Formato: Online Artículo Texto
Lenguaje:English
Publicado: Frontiers Media S.A. 2012
Materias:
Acceso en línea:https://www.ncbi.nlm.nih.gov/pmc/articles/PMC3349234/
https://www.ncbi.nlm.nih.gov/pubmed/22590454
http://dx.doi.org/10.3389/fncel.2012.00022
Descripción
Sumario:In neonatal jaundice, high levels of unconjugated bilirubin (UCB) may induce neurological dysfunction (BIND). Recently, it was observed that UCB induces alterations on brain microvasculature, which may facilitate its entrance into the brain, but little is known about the steps involved. To evaluate if UCB damages the integrity of human brain microvascular endothelial cells (HBMECs), we used 50 or 100 μM UCB plus human serum albumin, to mimic the neuropathological conditions where levels of UCB free species correspond to moderate and severe neonatal jaundice, respectively. Our results point to a biphasic response of HBMEC to UCB depending on time of exposure. The early response includes increased number of caveolae and caveolin-1 expression, as well as upregulation of vascular endothelial growth factor (VEGF) and its receptor 2 (VEGFR-2) with no alterations of the paracellular permeability. In contrast, effects by sustained hyperbilirubinemia are the reduction in zonula occludens (ZO)-1 and β-catenin levels and thus of tight junctions (TJ) strands and cell-to-cell contacts.
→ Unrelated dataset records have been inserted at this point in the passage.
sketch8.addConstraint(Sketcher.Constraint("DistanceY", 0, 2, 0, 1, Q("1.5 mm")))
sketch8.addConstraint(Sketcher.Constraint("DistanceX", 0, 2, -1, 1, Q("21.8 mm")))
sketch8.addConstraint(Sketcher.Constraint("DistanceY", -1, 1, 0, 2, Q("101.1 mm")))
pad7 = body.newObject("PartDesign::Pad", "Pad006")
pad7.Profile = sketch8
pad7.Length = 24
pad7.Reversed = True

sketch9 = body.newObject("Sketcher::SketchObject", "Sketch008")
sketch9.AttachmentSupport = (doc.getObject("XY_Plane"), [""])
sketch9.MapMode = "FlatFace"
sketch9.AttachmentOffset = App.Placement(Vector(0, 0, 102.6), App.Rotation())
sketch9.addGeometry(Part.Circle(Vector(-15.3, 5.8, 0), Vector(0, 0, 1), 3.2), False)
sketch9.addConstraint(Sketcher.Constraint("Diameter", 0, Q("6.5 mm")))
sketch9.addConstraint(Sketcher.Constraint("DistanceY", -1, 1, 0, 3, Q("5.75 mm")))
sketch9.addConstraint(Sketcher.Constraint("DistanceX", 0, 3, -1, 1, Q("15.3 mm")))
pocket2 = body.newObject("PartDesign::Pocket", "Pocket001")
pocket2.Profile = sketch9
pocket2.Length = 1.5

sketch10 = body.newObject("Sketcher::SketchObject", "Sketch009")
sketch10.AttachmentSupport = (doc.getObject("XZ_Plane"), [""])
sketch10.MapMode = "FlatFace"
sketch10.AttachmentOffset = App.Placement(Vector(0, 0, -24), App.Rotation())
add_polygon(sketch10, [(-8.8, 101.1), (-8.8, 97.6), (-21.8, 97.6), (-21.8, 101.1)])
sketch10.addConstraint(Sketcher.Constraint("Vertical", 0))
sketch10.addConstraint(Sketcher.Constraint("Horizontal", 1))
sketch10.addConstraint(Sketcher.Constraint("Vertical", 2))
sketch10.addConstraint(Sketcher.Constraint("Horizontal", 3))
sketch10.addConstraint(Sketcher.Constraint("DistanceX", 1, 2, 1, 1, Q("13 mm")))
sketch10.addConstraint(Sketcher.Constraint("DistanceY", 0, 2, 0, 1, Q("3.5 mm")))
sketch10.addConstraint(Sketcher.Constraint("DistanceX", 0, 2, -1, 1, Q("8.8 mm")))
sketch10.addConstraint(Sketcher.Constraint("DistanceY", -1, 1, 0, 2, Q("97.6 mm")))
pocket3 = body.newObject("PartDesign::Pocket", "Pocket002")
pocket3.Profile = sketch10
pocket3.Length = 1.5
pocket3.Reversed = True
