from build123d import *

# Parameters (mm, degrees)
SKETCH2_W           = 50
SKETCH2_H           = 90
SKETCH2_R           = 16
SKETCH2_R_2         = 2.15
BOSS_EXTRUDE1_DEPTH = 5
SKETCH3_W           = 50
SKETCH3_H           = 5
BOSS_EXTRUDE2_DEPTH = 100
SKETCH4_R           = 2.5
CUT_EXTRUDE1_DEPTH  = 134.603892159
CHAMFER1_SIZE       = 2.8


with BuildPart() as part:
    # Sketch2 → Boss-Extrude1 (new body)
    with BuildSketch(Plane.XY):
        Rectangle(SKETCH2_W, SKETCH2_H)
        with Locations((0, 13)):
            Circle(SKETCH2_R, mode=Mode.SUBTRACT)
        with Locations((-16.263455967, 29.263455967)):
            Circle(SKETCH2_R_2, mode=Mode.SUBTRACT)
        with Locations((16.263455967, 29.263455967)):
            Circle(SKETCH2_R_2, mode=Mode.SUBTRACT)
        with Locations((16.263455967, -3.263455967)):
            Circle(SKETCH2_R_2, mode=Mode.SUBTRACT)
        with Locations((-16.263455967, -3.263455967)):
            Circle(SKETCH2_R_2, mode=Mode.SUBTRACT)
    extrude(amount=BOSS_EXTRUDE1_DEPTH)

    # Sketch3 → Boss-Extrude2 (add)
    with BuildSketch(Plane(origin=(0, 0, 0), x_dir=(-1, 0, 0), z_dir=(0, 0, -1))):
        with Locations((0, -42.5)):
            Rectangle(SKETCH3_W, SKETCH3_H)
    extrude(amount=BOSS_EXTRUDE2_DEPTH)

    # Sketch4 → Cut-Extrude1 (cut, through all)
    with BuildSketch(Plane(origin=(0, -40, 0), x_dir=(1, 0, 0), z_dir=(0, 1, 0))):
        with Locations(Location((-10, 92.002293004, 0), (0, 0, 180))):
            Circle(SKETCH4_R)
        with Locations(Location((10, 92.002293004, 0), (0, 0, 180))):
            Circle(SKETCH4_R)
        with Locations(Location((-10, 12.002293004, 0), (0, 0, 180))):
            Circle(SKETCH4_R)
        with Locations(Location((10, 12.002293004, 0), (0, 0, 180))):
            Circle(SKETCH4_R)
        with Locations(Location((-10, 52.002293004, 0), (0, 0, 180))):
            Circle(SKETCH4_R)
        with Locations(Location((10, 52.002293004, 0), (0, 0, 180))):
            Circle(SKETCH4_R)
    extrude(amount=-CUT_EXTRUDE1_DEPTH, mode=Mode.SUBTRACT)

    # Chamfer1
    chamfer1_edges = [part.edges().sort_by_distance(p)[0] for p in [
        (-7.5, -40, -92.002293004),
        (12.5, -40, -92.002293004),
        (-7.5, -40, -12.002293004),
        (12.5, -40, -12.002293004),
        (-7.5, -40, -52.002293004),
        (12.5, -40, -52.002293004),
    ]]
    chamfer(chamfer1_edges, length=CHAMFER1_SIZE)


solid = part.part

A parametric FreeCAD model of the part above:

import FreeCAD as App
import Part
import Sketcher

V = App.Vector


def edges_at(feature, points):
    """Names of the edges that pass closest to the given points."""
    edges = feature.Shape.Edges
    near = lambda p: min(range(len(edges)), key=lambda i: edges[i].distToShape(Part.Vertex(*p))[0])
    return sorted({f"Edge{near(p) + 1}" for p in points})


def add_polygon(sketch, points):
    """Adds a closed chain of lines whose ends are joined by coincident constraints."""
    first, n = sketch.GeometryCount, len(points)
    for a, b in zip(points, points[1:] + points[:1]):
        sketch.addGeometry(Part.LineSegment(App.Vector(*a, 0), App.Vector(*b, 0)), False)
    for i in range(n):
        sketch.addConstraint(Sketcher.Constraint("Coincident", first + i, 2, first + (i + 1) % n, 1))

doc = App.newDocument("Part")
body = doc.addObject("PartDesign::Body", "Body")

# Sketch on XY plane
sketch1 = body.newObject("Sketcher::SketchObject", "Sketch")
sketch1.AttachmentSupport = (doc.getObject("XY_Plane"), [""])
sketch1.MapMode = "FlatFace"
add_polygon(sketch1, [(-25, 45), (-25, -45), (25, -45), (25, 45)])  # lines 0-3
sketch1.addGeometry(Part.Circle(V(-16.3, -3.3, 0), V(0, 0, 1), 2.1), False)  # 4
sketch1.addGeometry(Part.Circle(V(16.3, -3.3, 0), V(0, 0, 1), 2.1), False)  # 5
sketch1.addGeometry(Part.Circle(V(0, 13, 0), V(0, 0, 1), 16), False)  # 6
sketch1.addGeometry(Part.Circle(V(-16.3, 29.3, 0), V(0, 0, 1), 2.1), False)  # 7
sketch1.addGeometry(Part.Circle(V(16.3, 29.3, 0), V(0, 0, 1), 2.1), False)  # 8
sketch1.addConstraint(Sketcher.Constraint("Vertical", 0))
sketch1.addConstraint(Sketcher.Constraint("Horizontal", 1))
sketch1.addConstraint(Sketcher.Constraint("Vertical", 2))
sketch1.addConstraint(Sketcher.Constraint("Horizontal", 3))
sketch1.addConstraint(Sketcher.Constraint("Equal", 4, 5))
sketch1.addConstraint(Sketcher.Constraint("Equal", 5, 7))
sketch1.addConstraint(Sketcher.Constraint("Equal", 7, 8))
sketch1.addConstraint(Sketcher.Constraint("Symmetric", 0, 2, 2, 2, -1, 1))
sketch1.addConstraint(Sketcher.Constraint("Symmetric", 4, 3, 5, 3, -2))
sketch1.addConstraint(Sketcher.Constraint("Symmetric", 7, 3, 8, 3, -2))
sketch1.addConstraint(Sketcher.Constraint("PointOnObject", 6, 3, -2))
sketch1.addConstraint(Sketcher.Constraint("Vertical", 4, 3, 7, 3))
sketch1.addConstraint(Sketcher.Constraint("Diameter", 6, 32.0))
sketch1.addConstraint(Sketcher.Constraint("Diameter", 4, 4.3))
sketch1.addConstraint(Sketcher.Constraint("DistanceX", 1, 1, 1, 2, 50.0))
sketch1.addConstraint(Sketcher.Constraint("DistanceY", 0, 2, 0, 1, 90.0))
sketch1.addConstraint(Sketcher.Constraint("DistanceY", -1, 1, 6, 3, 13.0))
sketch1.addConstraint(Sketcher.Constraint("DistanceX", 4, 3, 5, 3, 32.526912))
sketch1.addConstraint(Sketcher.Constraint("DistanceY", 4, 3, 7, 3, 32.526912))
sketch1.addConstraint(Sketcher.Constraint("DistanceY", 4, 3, -1, 1, 3.263456))
pad1 = body.newObject("PartDesign::Pad", "Pad")
pad1.Profile = sketch1
pad1.Length = 5

# Sketch on XY plane
sketch2 = body.newObject("Sketcher::SketchObject", "Sketch001")
sketch2.AttachmentSupport = (doc.getObject("XY_Plane"), [""])
sketch2.MapMode = "FlatFace"
add_polygon(sketch2, [(25, -40), (25, -45), (-25, -45), (-25, -40)])  # lines 0-3
sketch2.addConstraint(Sketcher.Constraint("Vertical", 0))
sketch2.addConstraint(Sketcher.Constraint("Horizontal", 1))
sketch2.addConstraint(Sketcher.Constraint("Vertical", 2))
sketch2.addConstraint(Sketcher.Constraint("Horizontal", 3))
sketch2.addConstraint(Sketcher.Constraint("DistanceX", 1, 2, 1, 1, 50.0))
sketch2.addConstraint(Sketcher.Constraint("DistanceY", 0, 2, 0, 1, 5.0))
sketch2.addConstraint(Sketcher.Constraint("DistanceX", -1, 1, 0, 2, 25.0))
sketch2.addConstraint(Sketcher.Constraint("DistanceY", 0, 2, -1, 1, 45.0))
pad2 = body.newObject("PartDesign::Pad", "Pad001")
pad2.Profile = sketch2
pad2.Length = 100
pad2.Reversed = True

# Sketch on XZ plane
sketch3 = body.newObject("Sketcher::SketchObject", "Sketch002")
sketch3.AttachmentSupport = (doc.getObject("XZ_Plane"), [""])
sketch3.MapMode = "FlatFace"
sketch3.AttachmentOffset = App.Placement(V(0, 0, 40), App.Rotation())
sketch3.addGeometry(Part.Circle(V(-10, -92, 0), V(0, 0, 1), 2.5), False)
sketch3.addGeometry(Part.Circle(V(10, -92, 0), V(0, 0, 1), 2.5), False)
sketch3.addGeometry(Part.Circle(V(-10, -12, 0), V(0, 0, 1), 2.5), False)
sketch3.addGeometry(Part.Circle(V(10, -12, 0), V(0, 0, 1), 2.5), False)
sketch3.addGeometry(Part.Circle(V(-10, -52, 0), V(0, 0, 1), 2.5), False)
sketch3.addGeometry(Part.Circle(V(10, -52, 0), V(0, 0, 1), 2.5), False)
sketch3.addConstraint(Sketcher.Constraint("Equal", 0, 1))
sketch3.addConstraint(Sketcher.Constraint("Equal", 1, 2))
sketch3.addConstraint(Sketcher.Constraint("Equal", 2, 3))
sketch3.addConstraint(Sketcher.Constraint("Equal", 3, 4))
sketch3.addConstraint(Sketcher.Constraint("Equal", 4, 5))
sketch3.addConstraint(Sketcher.Constraint("Symmetric", 0, 3, 1, 3, -2))
sketch3.addConstraint(Sketcher.Constraint("Symmetric", 2, 3, 3, 3, -2))
sketch3.addConstraint(Sketcher.Constraint("Symmetric", 4, 3, 5, 3, -2))
sketch3.addConstraint(Sketcher.Constraint("Vertical", 0, 3, 2, 3))
sketch3.addConstraint(Sketcher.Constraint("Vertical", 2, 3, 4, 3))
sketch3.addConstraint(Sketcher.Constraint("Diameter", 0, 5.0))
sketch3.addConstraint(Sketcher.Constraint("DistanceX", 0, 3, -1, 1, 10.0))
sketch3.addConstraint(Sketcher.Constraint("DistanceY", 0, 3, 2, 3, 80.0))
sketch3.addConstraint(Sketcher.Constraint("DistanceY", 0, 3, 4, 3, 40.0))
sketch3.addConstraint(Sketcher.Constraint("DistanceY", 0, 3, -1, 1, 92.002293))
pocket1 = body.newObject("PartDesign::Pocket", "Pocket")
pocket1.Profile = sketch3
pocket1.Type = "ThroughAll"
pocket1.Reversed = True
doc.recompute()

chamfer = body.newObject("PartDesign::Chamfer", "Chamfer")
chamfer.Base = (pocket1, edges_at(pocket1, [
    (-7.5, -40, -92.002),
    (12.5, -40, -92.002),
    (-7.5, -40, -12.002),
    (12.5, -40, -12.002),
    (-7.5, -40, -52.002),
    (12.5, -40, -52.002),
]))
chamfer.Size = 2.8

doc.recompute()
In addition, reduction of the transendothelial electrical resistance (TEER) and increased paracellular permeability are observed, revealing loss of the barrier properties. The 72 h of HBMEC exposure to UCB triggers a cell response to the stressful stimulus evidenced by increased autophagy. In this later condition, the UCB intracellular content and the detachment of both viable and non-viable cells are increased. These findings contribute to understand why the duration of hyperbilirubinemia is considered one of the risk factors of BIND. Indeed, facilitated brain entrance of the free UCB species will favor its parenchymal accumulation and neurological dysfunction.